Start of Given data

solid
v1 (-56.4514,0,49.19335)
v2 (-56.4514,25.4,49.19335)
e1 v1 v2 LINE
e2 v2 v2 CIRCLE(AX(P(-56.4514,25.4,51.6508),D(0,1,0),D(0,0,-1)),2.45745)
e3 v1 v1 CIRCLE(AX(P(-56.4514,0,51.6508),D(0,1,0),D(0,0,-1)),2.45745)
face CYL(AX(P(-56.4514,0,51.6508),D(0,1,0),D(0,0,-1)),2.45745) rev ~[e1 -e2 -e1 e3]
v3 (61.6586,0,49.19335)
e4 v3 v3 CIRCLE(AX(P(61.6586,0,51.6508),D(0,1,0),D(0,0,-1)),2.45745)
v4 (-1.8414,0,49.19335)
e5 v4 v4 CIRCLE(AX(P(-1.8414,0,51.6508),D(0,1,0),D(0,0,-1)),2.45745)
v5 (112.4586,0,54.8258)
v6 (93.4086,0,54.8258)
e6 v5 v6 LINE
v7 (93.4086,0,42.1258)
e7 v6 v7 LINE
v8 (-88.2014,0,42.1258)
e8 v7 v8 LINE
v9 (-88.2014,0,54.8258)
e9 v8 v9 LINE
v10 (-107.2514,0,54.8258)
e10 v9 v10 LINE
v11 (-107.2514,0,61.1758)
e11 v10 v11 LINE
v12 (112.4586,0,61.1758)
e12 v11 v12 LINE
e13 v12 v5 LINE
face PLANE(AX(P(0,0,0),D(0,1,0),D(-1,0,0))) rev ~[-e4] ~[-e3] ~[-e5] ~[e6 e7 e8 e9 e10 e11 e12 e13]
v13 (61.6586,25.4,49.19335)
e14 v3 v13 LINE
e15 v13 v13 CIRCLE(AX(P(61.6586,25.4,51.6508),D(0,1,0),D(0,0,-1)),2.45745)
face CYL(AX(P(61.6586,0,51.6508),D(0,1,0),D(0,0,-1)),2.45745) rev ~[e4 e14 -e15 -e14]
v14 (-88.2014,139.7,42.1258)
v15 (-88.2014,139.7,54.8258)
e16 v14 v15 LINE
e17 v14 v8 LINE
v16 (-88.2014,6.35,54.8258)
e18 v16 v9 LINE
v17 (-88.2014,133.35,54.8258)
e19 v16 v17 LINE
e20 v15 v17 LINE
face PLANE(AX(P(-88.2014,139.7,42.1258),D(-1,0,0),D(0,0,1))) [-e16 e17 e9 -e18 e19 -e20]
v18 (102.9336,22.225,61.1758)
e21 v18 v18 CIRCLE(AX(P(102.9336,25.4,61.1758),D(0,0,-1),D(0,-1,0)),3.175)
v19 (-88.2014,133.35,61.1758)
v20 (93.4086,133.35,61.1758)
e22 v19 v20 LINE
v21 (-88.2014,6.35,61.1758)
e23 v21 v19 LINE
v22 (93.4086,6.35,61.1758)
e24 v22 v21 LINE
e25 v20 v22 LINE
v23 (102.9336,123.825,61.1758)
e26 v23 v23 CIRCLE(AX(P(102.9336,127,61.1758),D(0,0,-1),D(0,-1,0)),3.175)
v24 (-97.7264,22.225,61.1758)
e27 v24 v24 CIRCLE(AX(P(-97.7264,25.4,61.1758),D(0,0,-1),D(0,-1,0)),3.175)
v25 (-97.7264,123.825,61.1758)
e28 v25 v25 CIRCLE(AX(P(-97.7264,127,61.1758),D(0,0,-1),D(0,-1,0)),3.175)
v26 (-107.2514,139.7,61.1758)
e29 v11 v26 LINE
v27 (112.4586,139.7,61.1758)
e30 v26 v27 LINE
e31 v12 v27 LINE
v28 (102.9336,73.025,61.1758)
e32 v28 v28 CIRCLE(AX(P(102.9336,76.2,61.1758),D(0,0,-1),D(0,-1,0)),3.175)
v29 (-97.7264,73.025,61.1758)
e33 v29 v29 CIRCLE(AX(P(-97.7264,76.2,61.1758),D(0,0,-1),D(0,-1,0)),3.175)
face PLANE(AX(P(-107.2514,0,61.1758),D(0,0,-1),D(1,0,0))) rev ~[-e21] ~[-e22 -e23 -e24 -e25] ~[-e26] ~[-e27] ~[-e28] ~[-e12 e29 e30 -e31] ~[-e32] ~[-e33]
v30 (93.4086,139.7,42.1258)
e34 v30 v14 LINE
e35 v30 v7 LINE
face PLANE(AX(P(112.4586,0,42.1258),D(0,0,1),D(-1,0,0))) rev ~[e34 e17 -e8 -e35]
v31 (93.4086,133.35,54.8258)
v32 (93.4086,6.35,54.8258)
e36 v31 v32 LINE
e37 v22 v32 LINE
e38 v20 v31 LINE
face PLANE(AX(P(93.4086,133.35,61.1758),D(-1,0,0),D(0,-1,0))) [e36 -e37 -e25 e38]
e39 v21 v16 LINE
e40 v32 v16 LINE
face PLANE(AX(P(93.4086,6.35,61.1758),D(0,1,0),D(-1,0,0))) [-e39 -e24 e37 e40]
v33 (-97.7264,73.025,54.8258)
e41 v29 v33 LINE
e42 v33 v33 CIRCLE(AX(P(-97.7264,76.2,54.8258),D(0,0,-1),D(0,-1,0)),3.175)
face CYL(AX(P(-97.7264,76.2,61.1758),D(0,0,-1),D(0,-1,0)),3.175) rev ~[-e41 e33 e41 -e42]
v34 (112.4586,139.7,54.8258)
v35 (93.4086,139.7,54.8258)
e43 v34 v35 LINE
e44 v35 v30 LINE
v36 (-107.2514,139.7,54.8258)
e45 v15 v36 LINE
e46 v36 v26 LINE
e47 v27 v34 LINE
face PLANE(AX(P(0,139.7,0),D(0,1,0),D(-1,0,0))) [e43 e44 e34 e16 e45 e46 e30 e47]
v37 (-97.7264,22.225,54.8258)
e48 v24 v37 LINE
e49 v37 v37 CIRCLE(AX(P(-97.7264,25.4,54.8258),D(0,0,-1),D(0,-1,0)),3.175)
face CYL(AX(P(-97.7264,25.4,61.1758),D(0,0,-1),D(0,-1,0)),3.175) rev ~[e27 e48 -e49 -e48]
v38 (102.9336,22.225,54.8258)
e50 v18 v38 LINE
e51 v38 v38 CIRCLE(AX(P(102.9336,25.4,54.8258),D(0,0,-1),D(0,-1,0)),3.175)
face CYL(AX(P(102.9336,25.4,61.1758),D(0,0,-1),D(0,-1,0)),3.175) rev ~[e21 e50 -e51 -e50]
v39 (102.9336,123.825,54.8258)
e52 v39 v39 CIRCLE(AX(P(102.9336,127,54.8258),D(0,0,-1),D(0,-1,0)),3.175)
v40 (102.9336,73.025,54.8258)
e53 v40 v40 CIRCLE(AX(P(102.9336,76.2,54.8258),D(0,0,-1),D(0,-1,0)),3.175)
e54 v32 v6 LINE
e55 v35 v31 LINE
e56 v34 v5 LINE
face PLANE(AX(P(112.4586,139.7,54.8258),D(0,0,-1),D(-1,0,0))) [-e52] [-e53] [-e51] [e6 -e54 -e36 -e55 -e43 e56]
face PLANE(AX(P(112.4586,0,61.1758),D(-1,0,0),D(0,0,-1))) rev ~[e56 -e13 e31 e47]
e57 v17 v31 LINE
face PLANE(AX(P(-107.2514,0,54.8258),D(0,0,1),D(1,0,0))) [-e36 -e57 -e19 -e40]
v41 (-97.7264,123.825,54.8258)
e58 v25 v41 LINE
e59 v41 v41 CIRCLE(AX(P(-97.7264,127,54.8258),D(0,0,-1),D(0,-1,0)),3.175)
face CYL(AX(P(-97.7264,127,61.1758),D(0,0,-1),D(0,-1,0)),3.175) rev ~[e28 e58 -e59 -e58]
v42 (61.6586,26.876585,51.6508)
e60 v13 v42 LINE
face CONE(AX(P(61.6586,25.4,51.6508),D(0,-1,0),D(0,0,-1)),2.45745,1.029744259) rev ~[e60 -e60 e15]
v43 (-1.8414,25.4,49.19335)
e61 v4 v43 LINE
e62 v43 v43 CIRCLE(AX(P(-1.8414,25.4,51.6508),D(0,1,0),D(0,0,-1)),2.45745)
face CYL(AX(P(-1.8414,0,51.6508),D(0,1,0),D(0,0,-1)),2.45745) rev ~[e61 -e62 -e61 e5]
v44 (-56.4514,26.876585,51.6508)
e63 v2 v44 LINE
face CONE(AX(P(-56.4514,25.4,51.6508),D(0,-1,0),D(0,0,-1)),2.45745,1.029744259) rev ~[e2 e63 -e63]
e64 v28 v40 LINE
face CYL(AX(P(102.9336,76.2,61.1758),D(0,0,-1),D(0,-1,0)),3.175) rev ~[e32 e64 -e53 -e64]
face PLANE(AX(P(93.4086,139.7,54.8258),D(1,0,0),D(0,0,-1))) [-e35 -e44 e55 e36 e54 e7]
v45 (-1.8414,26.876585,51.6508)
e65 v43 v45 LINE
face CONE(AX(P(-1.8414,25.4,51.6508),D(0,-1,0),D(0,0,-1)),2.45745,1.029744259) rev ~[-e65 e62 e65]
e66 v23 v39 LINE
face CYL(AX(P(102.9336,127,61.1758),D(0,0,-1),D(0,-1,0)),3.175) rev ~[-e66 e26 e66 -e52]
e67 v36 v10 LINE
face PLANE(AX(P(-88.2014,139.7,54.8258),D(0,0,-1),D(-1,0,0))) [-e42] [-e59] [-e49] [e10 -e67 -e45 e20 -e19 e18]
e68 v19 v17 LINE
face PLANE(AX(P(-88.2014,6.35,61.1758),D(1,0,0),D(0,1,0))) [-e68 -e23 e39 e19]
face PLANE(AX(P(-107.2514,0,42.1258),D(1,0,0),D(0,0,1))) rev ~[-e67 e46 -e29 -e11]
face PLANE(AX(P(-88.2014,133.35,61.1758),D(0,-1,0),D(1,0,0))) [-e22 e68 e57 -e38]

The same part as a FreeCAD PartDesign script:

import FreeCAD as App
import Part
import Sketcher
Q = App.Units.Quantity


def add_polygon(sketch, points):
    """Adds a closed chain of lines whose ends are joined by coincident constraints."""
    first, n = sketch.GeometryCount, len(points)
    for a, b in zip(points, points[1:] + points[:1]):
        sketch.addGeometry(Part.LineSegment(App.Vector(*a, 0), App.Vector(*b, 0)), False)
    for i in range(n):
        sketch.addConstraint(Sketcher.Constraint("Coincident", first + i, 2, first + (i + 1) % n, 1))

doc = App.newDocument("Part")
body = doc.addObject("PartDesign::Body", "Body")

# Sketch on XZ plane
sketch1 = body.newObject("Sketcher::SketchObject", "Sketch")
sketch1.AttachmentSupport = (doc.getObject("XZ_Plane"), [""])
sketch1.MapMode = "FlatFace"
add_polygon(sketch1, [(-107, 42), (-107, 61), (112, 61), (112, 42)])  # lines 0-3
sketch1.addConstraint(Sketcher.Constraint("Vertical", 0))
sketch1.addConstraint(Sketcher.Constraint("Horizontal", 1))
sketch1.addConstraint(Sketcher.Constraint("Vertical", 2))
sketch1.addConstraint(Sketcher.Constraint("Horizontal", 3))
sketch1.addConstraint(Sketcher.Constraint("DistanceX", 1, 1, 1, 2, Q("8.65 in")))
sketch1.addConstraint(Sketcher.Constraint("DistanceY", 0, 1, 0, 2, Q("0.75 in")))
sketch1.addConstraint(Sketcher.Constraint("DistanceX", 0, 2, -1, 1, Q("4.2225 in")))
sketch1.addConstraint(Sketcher.Constraint("DistanceY", -1, 1, 0, 2, Q("2.4085 in")))
pad1 = body.newObject("PartDesign::Pad", "Pad")
pad1.Profile = sketch1
pad1.Length = Q("5.5 in")
pad1.Reversed = True

# Sketch on XY plane
sketch2 = body.newObject("Sketcher::SketchObject", "Sketch001")
sketch2.AttachmentSupport = (doc.getObject("XY_Plane"), [""])
sketch2.MapMode = "FlatFace"
sketch2.AttachmentOffset = App.Placement(App.Vector(0, 0, 2.4084961 * 25.4), App.Rotation())
sketch2.addGeometry(Part.Circle(App.Vector(-97.7, 76.2, 0), App.Vector(0, 0, 1), 3.2), False)
sketch2.addGeometry(Part.Circle(App.Vector(-97.7, 25.4, 0), App.Vector(0, 0, 1), 3.2), False)
sketch2.addGeometry(Part.Circle(App.Vector(102.9, 25.4, 0), App.Vector(0, 0, 1), 3.2), False)
sketch2.addGeometry(Part.Circle(App.Vector(102.9, 76.2, 0), App.Vector(0, 0, 1), 3.2), False)
sketch2.addConstraint(Sketcher.Constraint("Equal", 0, 1))
sketch2.addConstraint(Sketcher.Constraint("Equal", 1, 2))
sketch2.addConstraint(Sketcher.Constraint("Equal", 2, 3))
sketch2.addConstraint(Sketcher.Constraint("Horizontal", 1, 3, 2, 3))
sketch2.addConstraint(Sketcher.Constraint("Horizontal", 0, 3, 3, 3))
sketch2.addConstraint(Sketcher.Constraint("Vertical", 0, 3, 1, 3))
sketch2.addConstraint(Sketcher.Constraint("Vertical", 2, 3, 3, 3))
sketch2.addConstraint(Sketcher.Constraint("Diameter", 0, Q("0.25 in")))
sketch2.addConstraint(Sketcher.Constraint("DistanceY", -1, 1, 0, 3, Q("3 in")))
sketch2.addConstraint(Sketcher.Constraint("DistanceY", -1, 1, 1, 3, Q("1 in")))
sketch2.addConstraint(Sketcher.Constraint("DistanceX", 1, 3, 2, 3, Q("7.9 in")))
sketch2.addConstraint(Sketcher.Constraint("DistanceX", 0, 3, -1, 1, Q("3.8475 in")))
doc.recompute()
hole = body.newObject("PartDesign::Hole", "Hole")
hole.Profile = sketch2
hole.ThreadType = "None"
hole.Diameter = Q("0.25 in")
hole.DepthType = "ThroughAll"

# Sketch on XY plane
sketch3 = body.newObject("Sketcher::SketchObject", "Sketch002")
sketch3.AttachmentSupport = (doc.getObject("XY_Plane"), [""])
sketch3.MapMode = "FlatFace"
sketch3.AttachmentOffset = App.Placement(App.Vector(0, 0, 2.4084961 * 25.4), App.Rotation())
add_polygon(sketch3, [(93, 133), (-88, 133), (-88, 6), (93, 6)])  # lines 0-3
sketch3.addConstraint(Sketcher.Constraint("Horizontal", 0))
sketch3.addConstraint(Sketcher.Constraint("Vertical", 1))
sketch3.addConstraint(Sketcher.Constraint("Horizontal", 2))
sketch3.addConstraint(Sketcher.Constraint("Vertical", 3))
sketch3.addConstraint(Sketcher.Constraint("DistanceY", 1, 2, 1, 1, Q("5 in")))
sketch3.addConstraint(Sketcher.Constraint("DistanceY", -1, 1, 1, 2, Q("0.25 in")))
sketch3.addConstraint(Sketcher.Constraint("DistanceX", 0, 2, 0, 1, Q("7.15 in")))
sketch3.addConstraint(Sketcher.Constraint("DistanceX", 0, 2, -1, 1, Q("3.4725 in")))
pocket1 = body.newObject("PartDesign::Pocket", "Pocket")
pocket1.Profile = sketch3
pocket1.Length = Q("0.25 in")

# Sketch on XZ plane
sketch4 = body.newObject("Sketcher::SketchObject", "Sketch003")
sketch4.AttachmentSupport = (doc.getObject("XZ_Plane"), [""])
sketch4.MapMode = "FlatFace"
sketch4.AttachmentOffset = App.Placement(App.Vector(0, 0, -5.5 * 25.4), App.Rotation())
add_polygon(sketch4, [(-107, 55), (-88, 55), (-88, 42), (-107, 42)])  # lines 0-3
add_polygon(sketch4, [(112, 42), (93, 42), (93, 55), (112, 55)])  # lines 4-7
sketch4.addConstraint(Sketcher.Constraint("Horizontal", 0))
sketch4.addConstraint(Sketcher.Constraint("Vertical", 1))
sketch4.addConstraint(Sketcher.Constraint("Horizontal", 2))
sketch4.addConstraint(Sketcher.Constraint("Vertical", 3))
sketch4.addConstraint(Sketcher.Constraint("Horizontal", 4))
sketch4.addConstraint(Sketcher.Constraint("Vertical", 5))
sketch4.addConstraint(Sketcher.Constraint("Horizontal", 6))
sketch4.addConstraint(Sketcher.Constraint("Vertical", 7))
sketch4.addConstraint(Sketcher.Constraint("Horizontal", 2, 2, 4, 2))
sketch4.addConstraint(Sketcher.Constraint("Horizontal", 3, 2, 5, 2))
sketch4.addConstraint(Sketcher.Constraint("Equal", 2, 4))
sketch4.addConstraint(Sketcher.Constraint("DistanceY", 1, 2, 1, 1, Q("0.5 in")))
sketch4.addConstraint(Sketcher.Constraint("DistanceX", 0, 1, 0, 2, Q("0.75 in")))
sketch4.addConstraint(Sketcher.Constraint("DistanceX", 2, 2, 4, 2, Q("7.9 in")))
sketch4.addConstraint(Sketcher.Constraint("DistanceX", 0, 2, -1, 1, Q("3.4725 in")))
sketch4.addConstraint(Sketcher.Constraint("DistanceY", -1, 1, 0, 2, Q("2.1585 in")))
pocket2 = body.newObject("PartDesign::Pocket", "Pocket001")
pocket2.Profile = sketch4
pocket2.Length = Q("10 in")
pocket2.Reversed = True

End of Given data

» **What to do**
Transcribe the lines above between the line holding "e49 v37 v37" and the line holding "e52 v39 v39", inclusive, exactly as they stand and with nothing added.

» **Exercise output**
e49 v37 v37 CIRCLE(AX(P(-97.7264,25.4,54.8258),D(0,0,-1),D(0,-1,0)),3.175)
face CYL(AX(P(-97.7264,25.4,61.1758),D(0,0,-1),D(0,-1,0)),3.175) rev ~[e27 e48 -e49 -e48]
v38 (102.9336,22.225,54.8258)
e50 v18 v38 LINE
e51 v38 v38 CIRCLE(AX(P(102.9336,25.4,54.8258),D(0,0,-1),D(0,-1,0)),3.175)
face CYL(AX(P(102.9336,25.4,61.1758),D(0,0,-1),D(0,-1,0)),3.175) rev ~[e21 e50 -e51 -e50]
v39 (102.9336,123.825,54.8258)
e52 v39 v39 CIRCLE(AX(P(102.9336,127,54.8258),D(0,0,-1),D(0,-1,0)),3.175)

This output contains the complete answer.